I understand that. I just made the leap to.an end state, figuring the OP did not intend to work as an AB for an entire career. Not that it’s a bad career or I am not grateful for so.e career ABs.
Sorry, that wasn’t clear in your post.
I am often less clear than I intend to be. My apologies. And again, I do not have direct experience of the school, just its products (all engine room folks, and all working or have worked to a license by continuing education there).
For the OP: if it were me, or my brother or son at age 30 with a college degree, I’d say go SUNY graduate license option or PMI (but see how they are doing with post-grad employment rates now).
Also this from Texas A&M Maritime Academy: For those students who already have a Bachelor’s degree, we also offer degrees in Maritime Business under the Masters of Administration and Logistics degree program, with the License Option.
There’s plenty of options if you’re looking to ship out. The one I chose was to climb up through the hawsepipe so that I’d have experience doing all the menial shit as well as the cool seafarer shit that, let’s be honest, drew us all to the Mystery in the first place. But how are you gonna helm a vessel if you can’t clean a head right? And you can’t gain the respect of the men on your crew if you haven’t done the same shit that you’re asking them to.
This site is CHOCK FULL of good advice–not to mention salty old f*ckers–and info on getting started in different sectors of the maritime industry, and it’s by reading every post in looong threads–like “Knocking on Doors in Louisiana”–and judicious use of the search function–hint, hint–that I got myself learnt up and decided to pack my seabag and head for the bayou. I got my STCW-BST certs at Delgado in NOLA, made a geographically-ordered list of companies to apply to–thanks, “Companies I applied to”–and proceeded to apply at every damn one in person. On my first day looking I got two job offers, and I jumped onboard a crew-boat the next week.
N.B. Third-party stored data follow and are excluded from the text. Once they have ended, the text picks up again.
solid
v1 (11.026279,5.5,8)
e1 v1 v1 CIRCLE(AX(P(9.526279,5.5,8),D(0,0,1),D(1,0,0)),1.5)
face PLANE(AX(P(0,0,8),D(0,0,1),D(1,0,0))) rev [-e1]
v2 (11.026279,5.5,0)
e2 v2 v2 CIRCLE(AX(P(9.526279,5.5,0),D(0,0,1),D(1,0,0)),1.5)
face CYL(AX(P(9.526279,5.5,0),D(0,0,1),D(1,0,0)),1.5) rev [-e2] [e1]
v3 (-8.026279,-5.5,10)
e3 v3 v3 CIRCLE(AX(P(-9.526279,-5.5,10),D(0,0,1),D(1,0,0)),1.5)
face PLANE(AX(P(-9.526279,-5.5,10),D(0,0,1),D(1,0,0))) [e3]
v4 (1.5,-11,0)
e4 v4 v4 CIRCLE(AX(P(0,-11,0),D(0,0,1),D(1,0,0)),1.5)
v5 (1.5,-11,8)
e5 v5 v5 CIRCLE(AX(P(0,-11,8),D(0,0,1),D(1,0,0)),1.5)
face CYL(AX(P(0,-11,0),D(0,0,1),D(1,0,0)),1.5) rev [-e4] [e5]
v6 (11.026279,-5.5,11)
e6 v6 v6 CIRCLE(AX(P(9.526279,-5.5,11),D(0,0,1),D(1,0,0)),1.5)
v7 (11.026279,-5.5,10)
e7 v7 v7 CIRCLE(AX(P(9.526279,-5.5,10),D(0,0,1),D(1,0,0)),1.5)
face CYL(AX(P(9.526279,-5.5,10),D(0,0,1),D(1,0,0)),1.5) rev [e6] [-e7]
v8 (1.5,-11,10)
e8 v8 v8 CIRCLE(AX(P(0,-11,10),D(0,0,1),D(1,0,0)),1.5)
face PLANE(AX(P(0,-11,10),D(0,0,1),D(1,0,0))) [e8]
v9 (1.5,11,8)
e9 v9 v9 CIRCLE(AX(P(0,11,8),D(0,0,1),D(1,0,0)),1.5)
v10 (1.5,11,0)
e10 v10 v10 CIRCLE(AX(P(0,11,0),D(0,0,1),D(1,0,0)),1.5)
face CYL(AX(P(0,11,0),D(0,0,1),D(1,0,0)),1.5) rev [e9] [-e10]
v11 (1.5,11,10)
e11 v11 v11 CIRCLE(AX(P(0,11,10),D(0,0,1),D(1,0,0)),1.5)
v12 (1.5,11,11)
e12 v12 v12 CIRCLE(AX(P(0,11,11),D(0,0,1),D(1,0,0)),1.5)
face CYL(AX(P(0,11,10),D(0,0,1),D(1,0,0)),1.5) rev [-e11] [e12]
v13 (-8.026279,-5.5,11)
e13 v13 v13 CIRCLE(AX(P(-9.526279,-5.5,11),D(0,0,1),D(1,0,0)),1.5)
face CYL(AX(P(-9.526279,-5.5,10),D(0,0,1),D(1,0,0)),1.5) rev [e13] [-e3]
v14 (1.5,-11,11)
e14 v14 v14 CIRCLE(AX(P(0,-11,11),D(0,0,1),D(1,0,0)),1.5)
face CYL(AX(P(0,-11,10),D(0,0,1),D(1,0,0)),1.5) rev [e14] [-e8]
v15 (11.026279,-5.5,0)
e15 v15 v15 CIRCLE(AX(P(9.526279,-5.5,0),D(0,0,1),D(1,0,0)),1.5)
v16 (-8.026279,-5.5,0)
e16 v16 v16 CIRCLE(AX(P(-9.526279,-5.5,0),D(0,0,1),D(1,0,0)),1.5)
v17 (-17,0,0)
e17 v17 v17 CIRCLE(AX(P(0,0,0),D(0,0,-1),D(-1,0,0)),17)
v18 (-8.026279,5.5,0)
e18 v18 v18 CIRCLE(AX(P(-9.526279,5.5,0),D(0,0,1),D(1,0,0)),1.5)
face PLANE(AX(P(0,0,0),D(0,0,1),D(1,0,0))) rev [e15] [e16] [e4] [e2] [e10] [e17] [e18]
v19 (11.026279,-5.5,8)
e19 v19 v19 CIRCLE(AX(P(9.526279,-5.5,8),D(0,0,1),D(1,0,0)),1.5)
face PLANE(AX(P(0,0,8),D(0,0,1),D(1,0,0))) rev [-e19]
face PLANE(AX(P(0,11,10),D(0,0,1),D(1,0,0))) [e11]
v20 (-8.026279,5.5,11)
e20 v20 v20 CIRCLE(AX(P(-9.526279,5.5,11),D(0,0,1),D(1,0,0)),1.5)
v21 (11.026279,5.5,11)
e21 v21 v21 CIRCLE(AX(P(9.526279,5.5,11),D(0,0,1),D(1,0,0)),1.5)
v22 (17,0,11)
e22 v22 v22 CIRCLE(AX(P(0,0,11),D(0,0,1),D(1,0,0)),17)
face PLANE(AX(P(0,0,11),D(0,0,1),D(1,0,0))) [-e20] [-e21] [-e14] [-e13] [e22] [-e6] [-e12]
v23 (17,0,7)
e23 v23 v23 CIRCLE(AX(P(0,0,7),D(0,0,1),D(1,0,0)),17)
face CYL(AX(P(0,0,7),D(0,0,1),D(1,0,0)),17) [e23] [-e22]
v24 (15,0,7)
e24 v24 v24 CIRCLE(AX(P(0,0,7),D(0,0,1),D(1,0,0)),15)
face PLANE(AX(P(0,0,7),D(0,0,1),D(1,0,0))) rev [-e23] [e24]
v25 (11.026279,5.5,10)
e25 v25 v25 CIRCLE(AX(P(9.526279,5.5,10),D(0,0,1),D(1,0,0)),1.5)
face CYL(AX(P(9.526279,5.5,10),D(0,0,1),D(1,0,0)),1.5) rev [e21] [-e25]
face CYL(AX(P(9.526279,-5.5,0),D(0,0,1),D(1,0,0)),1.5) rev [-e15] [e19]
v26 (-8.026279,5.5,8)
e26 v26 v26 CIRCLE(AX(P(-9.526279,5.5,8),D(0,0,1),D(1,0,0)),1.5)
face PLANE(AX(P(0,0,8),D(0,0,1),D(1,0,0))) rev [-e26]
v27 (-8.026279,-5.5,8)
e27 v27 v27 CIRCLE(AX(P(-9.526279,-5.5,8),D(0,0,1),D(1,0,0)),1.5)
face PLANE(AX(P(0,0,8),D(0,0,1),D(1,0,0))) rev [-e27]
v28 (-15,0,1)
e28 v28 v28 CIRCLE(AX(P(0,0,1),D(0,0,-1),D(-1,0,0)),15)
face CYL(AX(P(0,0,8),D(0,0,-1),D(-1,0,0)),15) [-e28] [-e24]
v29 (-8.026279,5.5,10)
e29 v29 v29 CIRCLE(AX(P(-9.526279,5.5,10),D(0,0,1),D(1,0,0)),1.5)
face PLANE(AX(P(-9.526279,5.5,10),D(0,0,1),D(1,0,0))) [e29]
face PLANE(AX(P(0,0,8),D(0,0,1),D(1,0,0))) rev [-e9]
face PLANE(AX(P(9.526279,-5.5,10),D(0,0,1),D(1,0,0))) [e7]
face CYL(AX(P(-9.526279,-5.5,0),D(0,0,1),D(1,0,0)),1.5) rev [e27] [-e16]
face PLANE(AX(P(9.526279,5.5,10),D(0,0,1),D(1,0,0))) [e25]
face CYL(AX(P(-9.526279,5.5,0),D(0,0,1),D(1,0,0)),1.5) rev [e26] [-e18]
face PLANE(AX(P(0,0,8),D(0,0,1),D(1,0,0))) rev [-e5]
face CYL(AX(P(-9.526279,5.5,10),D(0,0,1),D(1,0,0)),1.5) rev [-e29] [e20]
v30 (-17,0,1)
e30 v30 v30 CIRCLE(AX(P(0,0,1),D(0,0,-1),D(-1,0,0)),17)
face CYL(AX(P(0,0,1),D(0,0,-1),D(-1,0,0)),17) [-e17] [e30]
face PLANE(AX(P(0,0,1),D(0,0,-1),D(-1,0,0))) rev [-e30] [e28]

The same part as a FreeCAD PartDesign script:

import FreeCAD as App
import Part
import Sketcher
Q = App.Units.Quantity

doc = App.newDocument("Part")
params = doc.addObject("Spreadsheet::Sheet", "Params")
for row, (alias, value) in enumerate([
    ("sketch1_diameter", "30 mm"),
    ("pad1_length", "8 mm"),
    ("sketch2_diameter", "34 mm"),
    ("sketch2_diameter2", "30 mm"),
    ("pad2_length", "1 mm"),
    ("sketch3_diameter", "3 mm"),
    ("sketch4_diameter", "34 mm"),
    ("sketch4_diameter2", "30 mm"),
    ("pad3_length", "1 mm"),
    ("sketch5_diameter", "34 mm"),
    ("pad4_length", "3 mm"),
    ("sketch6_diameter", "3 mm"),
    ("pocket2_length", "1 mm"),
], start=1):
    params.set(f"A{row}", alias)
    params.set(f"B{row}", "=" + value)
    params.setAlias(f"B{row}", alias)

body = doc.addObject("PartDesign::Body", "Body")

# Sketch on XY plane
sketch1 = body.newObject("Sketcher::SketchObject", "Sketch")
sketch1.AttachmentSupport = (doc.getObject("XY_Plane"), [""])
sketch1.MapMode = "FlatFace"
sketch1.addGeometry(Part.Circle(App.Vector(0, 0, 0), App.Vector(0, 0, 1), 15), False)
sketch1.addConstraint([
    Sketcher.Constraint("Coincident", 0, 3, -1, 1),
    Sketcher.Constraint("Diameter", 0, Q("30 mm")),
])
sketch1.setExpression("Constraints[1]", "Params.sketch1_diameter")
pad1 = body.newObject("PartDesign::Pad", "Pad")
pad1.Profile = sketch1
pad1.setExpression("Length", "Params.pad1_length")

# Sketch on XY plane
sketch2 = body.newObject("Sketcher::SketchObject", "Sketch001")
sketch2.AttachmentSupport = (doc.getObject("XY_Plane"), [""])
sketch2.MapMode = "FlatFace"
sketch2.addGeometry([
    Part.Circle(App.Vector(0, 0, 0), App.Vector(0, 0, 1), 17),
    Part.Circle(App.Vector(0, 0, 0), App.Vector(0, 0, 1), 15),
], False)
sketch2.addConstraint([
    Sketcher.Constraint("Coincident", 0, 3, -1, 1),
    Sketcher.Constraint("Coincident", 1, 3, -1, 1),
    Sketcher.Constraint("Diameter", 0, Q("34 mm")),
    Sketcher.Constraint("Diameter", 1, Q("30 mm")),
])
sketch2.setExpression("Constraints[2]", "Params.sketch2_diameter")
sketch2.setExpression("Constraints[3]", "Params.sketch2_diameter2")
pad2 = body.newObject("PartDesign::Pad", "Pad001")
pad2.Profile = sketch2
pad2.setExpression("Length", "Params.pad2_length")

# Sketch on XY plane
sketch3 = body.newObject("Sketcher::SketchObject", "Sketch002")
sketch3.AttachmentSupport = (doc.getObject("XY_Plane"), [""])
sketch3.MapMode = "FlatFace"
sketch3.AttachmentOffset = App.Placement(App.Vector(0, 0, 8), App.Rotation())
sketch3.addGeometry([
    Part.Circle(App.Vector(0, 11, 0), App.Vector(0, 0, 1), 1.5),  # 0
    Part.Circle(App.Vector(9.5, 5.5, 0), App.Vector(0, 0, 1), 1.5),  # 1
    Part.Circle(App.Vector(9.5, -5.5, 0), App.Vector(0, 0, 1), 1.5),  # 2
    Part.Circle(App.Vector(0, -11, 0), App.Vector(0, 0, 1), 1.5),  # 3
    Part.Circle(App.Vector(-9.5, -5.5, 0), App.Vector(0, 0, 1), 1.5),  # 4
    Part.Circle(App.Vector(-9.5, 5.5, 0), App.Vector(0, 0, 1), 1.5),  # 5
], False)
sketch3.addConstraint([
    Sketcher.Constraint("Equal", 0, 1),
    Sketcher.Constraint("Equal", 1, 2),
    Sketcher.Constraint("Equal", 2, 3),
    Sketcher.Constraint("Equal", 3, 4),
    Sketcher.Constraint("Equal", 4, 5),
    Sketcher.Constraint("Symmetric", 0, 3, 3, 3, -1, 1),
    Sketcher.Constraint("Symmetric", 1, 3, 4, 3, -1, 1),
    Sketcher.Constraint("Symmetric", 2, 3, 5, 3, -1, 1),
    Sketcher.Constraint("Symmetric", 2, 3, 4, 3, -2),
    Sketcher.Constraint("PointOnObject", 0, 3, -2),
    Sketcher.Constraint("Diameter", 0, Q("3 mm")),
    Sketcher.Constraint("DistanceY", -1, 1, 0, 3, Q("11 mm")),
    Sketcher.Constraint("DistanceY", 2, 3, 1, 3, Q("11 mm")),
    Sketcher.Constraint("DistanceX", -1, 1, 1, 3, Q("9.526279 mm")),
])
sketch3.setExpression("Constraints[10]", "Params.sketch3_diameter")
pocket1 = body.newObject("PartDesign::Pocket", "Pocket")
pocket1.Profile = sketch3
pocket1.Type = "ThroughAll"

# Sketch on XY plane
sketch4 = body.newObject("Sketcher::SketchObject", "Sketch003")
sketch4.AttachmentSupport = (doc.getObject("XY_Plane"), [""])
sketch4.MapMode = "FlatFace"
sketch4.AttachmentOffset = App.Placement(App.Vector(0, 0, 7), App.Rotation())
sketch4.addGeometry([
    Part.Circle(App.Vector(0, 0, 0), App.Vector(0, 0, 1), 17),
    Part.Circle(App.Vector(0, 0, 0), App.Vector(0, 0, 1), 15),
], False)
sketch4.addConstraint([
    Sketcher.Constraint("Coincident", 0, 3, -1, 1),
    Sketcher.Constraint("Coincident", 1, 3, -1, 1),
    Sketcher.Constraint("Diameter", 0, Q("34 mm")),
    Sketcher.Constraint("Diameter", 1, Q("30 mm")),
])
sketch4.setExpression("Constraints[2]", "Params.sketch4_diameter")
sketch4.setExpression("Constraints[3]", "Params.sketch4_diameter2")
pad3 = body.newObject("PartDesign::Pad", "Pad002")
pad3.Profile = sketch4
pad3.setExpression("Length", "Params.pad3_length")

# Sketch on XY plane
sketch5 = body.newObject("Sketcher::SketchObject", "Sketch004")
sketch5.AttachmentSupport = (doc.getObject("XY_Plane"), [""])
sketch5.MapMode = "FlatFace"
sketch5.AttachmentOffset = App.Placement(App.Vector(0, 0, 8), App.Rotation())
sketch5.addGeometry(Part.Circle(App.Vector(0, 0, 0), App.Vector(0, 0, 1), 17), False)
sketch5.addConstraint([
    Sketcher.Constraint("Coincident", 0, 3, -1, 1),
    Sketcher.Constraint("Diameter", 0, Q("34 mm")),
])
sketch5.setExpression("Constraints[1]", "Params.sketch5_diameter")
pad4 = body.newObject("PartDesign::Pad", "Pad003")
pad4.Profile = sketch5
pad4.setExpression("Length", "Params.pad4_length")

# Sketch on XY plane
sketch6 = body.newObject("Sketcher::SketchObject", "Sketch005")
sketch6.AttachmentSupport = (doc.getObject("XY_Plane"), [""])
sketch6.MapMode = "FlatFace"
sketch6.AttachmentOffset = App.Placement(App.Vector(0, 0, 11), App.Rotation())
sketch6.addGeometry([
    Part.Circle(App.Vector(0, 11, 0), App.Vector(0, 0, 1), 1.5),  # 0
    Part.Circle(App.Vector(9.5, 5.5, 0), App.Vector(0, 0, 1), 1.5),  # 1
    Part.Circle(App.Vector(9.5, -5.5, 0), App.Vector(0, 0, 1), 1.5),  # 2
    Part.Circle(App.Vector(0, -11, 0), App.Vector(0, 0, 1), 1.5),  # 3
    Part.Circle(App.Vector(-9.5, -5.5, 0), App.Vector(0, 0, 1), 1.5),  # 4
    Part.Circle(App.Vector(-9.5, 5.5, 0), App.Vector(0, 0, 1), 1.5),  # 5
], False)
sketch6.addConstraint([
    Sketcher.Constraint("Equal", 0, 1),
    Sketcher.Constraint("Equal", 1, 2),
    Sketcher.Constraint("Equal", 2, 3),
    Sketcher.Constraint("Equal", 3, 4),
    Sketcher.Constraint("Equal", 4, 5),
    Sketcher.Constraint("Symmetric", 0, 3, 3, 3, -1, 1),
    Sketcher.Constraint("Symmetric", 1, 3, 4, 3, -1, 1),
    Sketcher.Constraint("Symmetric", 2, 3, 5, 3, -1, 1),
    Sketcher.Constraint("Symmetric", 2, 3, 4, 3, -2),
    Sketcher.Constraint("PointOnObject", 0, 3, -2),
    Sketcher.Constraint("Diameter", 0, Q("3 mm")),
    Sketcher.Constraint("DistanceY", -1, 1, 0, 3, Q("11 mm")),
    Sketcher.Constraint("DistanceY", 2, 3, 1, 3, Q("11 mm")),
    Sketcher.Constraint("DistanceX", -1, 1, 1, 3, Q("9.526279 mm")),
])
sketch6.setExpression("Constraints[10]", "Params.sketch6_diameter")
pocket2 = body.newObject("PartDesign::Pocket", "Pocket001")
pocket2.Profile = sketch6
pocket2.setExpression("Length", "Params.pocket2_length")

doc.recompute()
I’d considered the SIU program as well, but there seems to be.a lot of bullshit that you have to endure in the pseudo-militaristic training program, and you’re paid dick for the first nearly-a-year. Check out a blog called “Entirely Alive”, it’s a good account of one guy who went through the SIU program. I’d rather get paid, keep track of my seatime and tonnage, and keep movin’ on up. It’s a lot more of a headache than going through a training program, but if you’re willing to do the research and keep learning, it’s still entirely possible to design a career according to your preferences. I’ve worked on z-drive paddle-wheelers, tall sailing ships, and diving/salvage vessels. It’s a fucking cool industry to work in, and I wish you luck.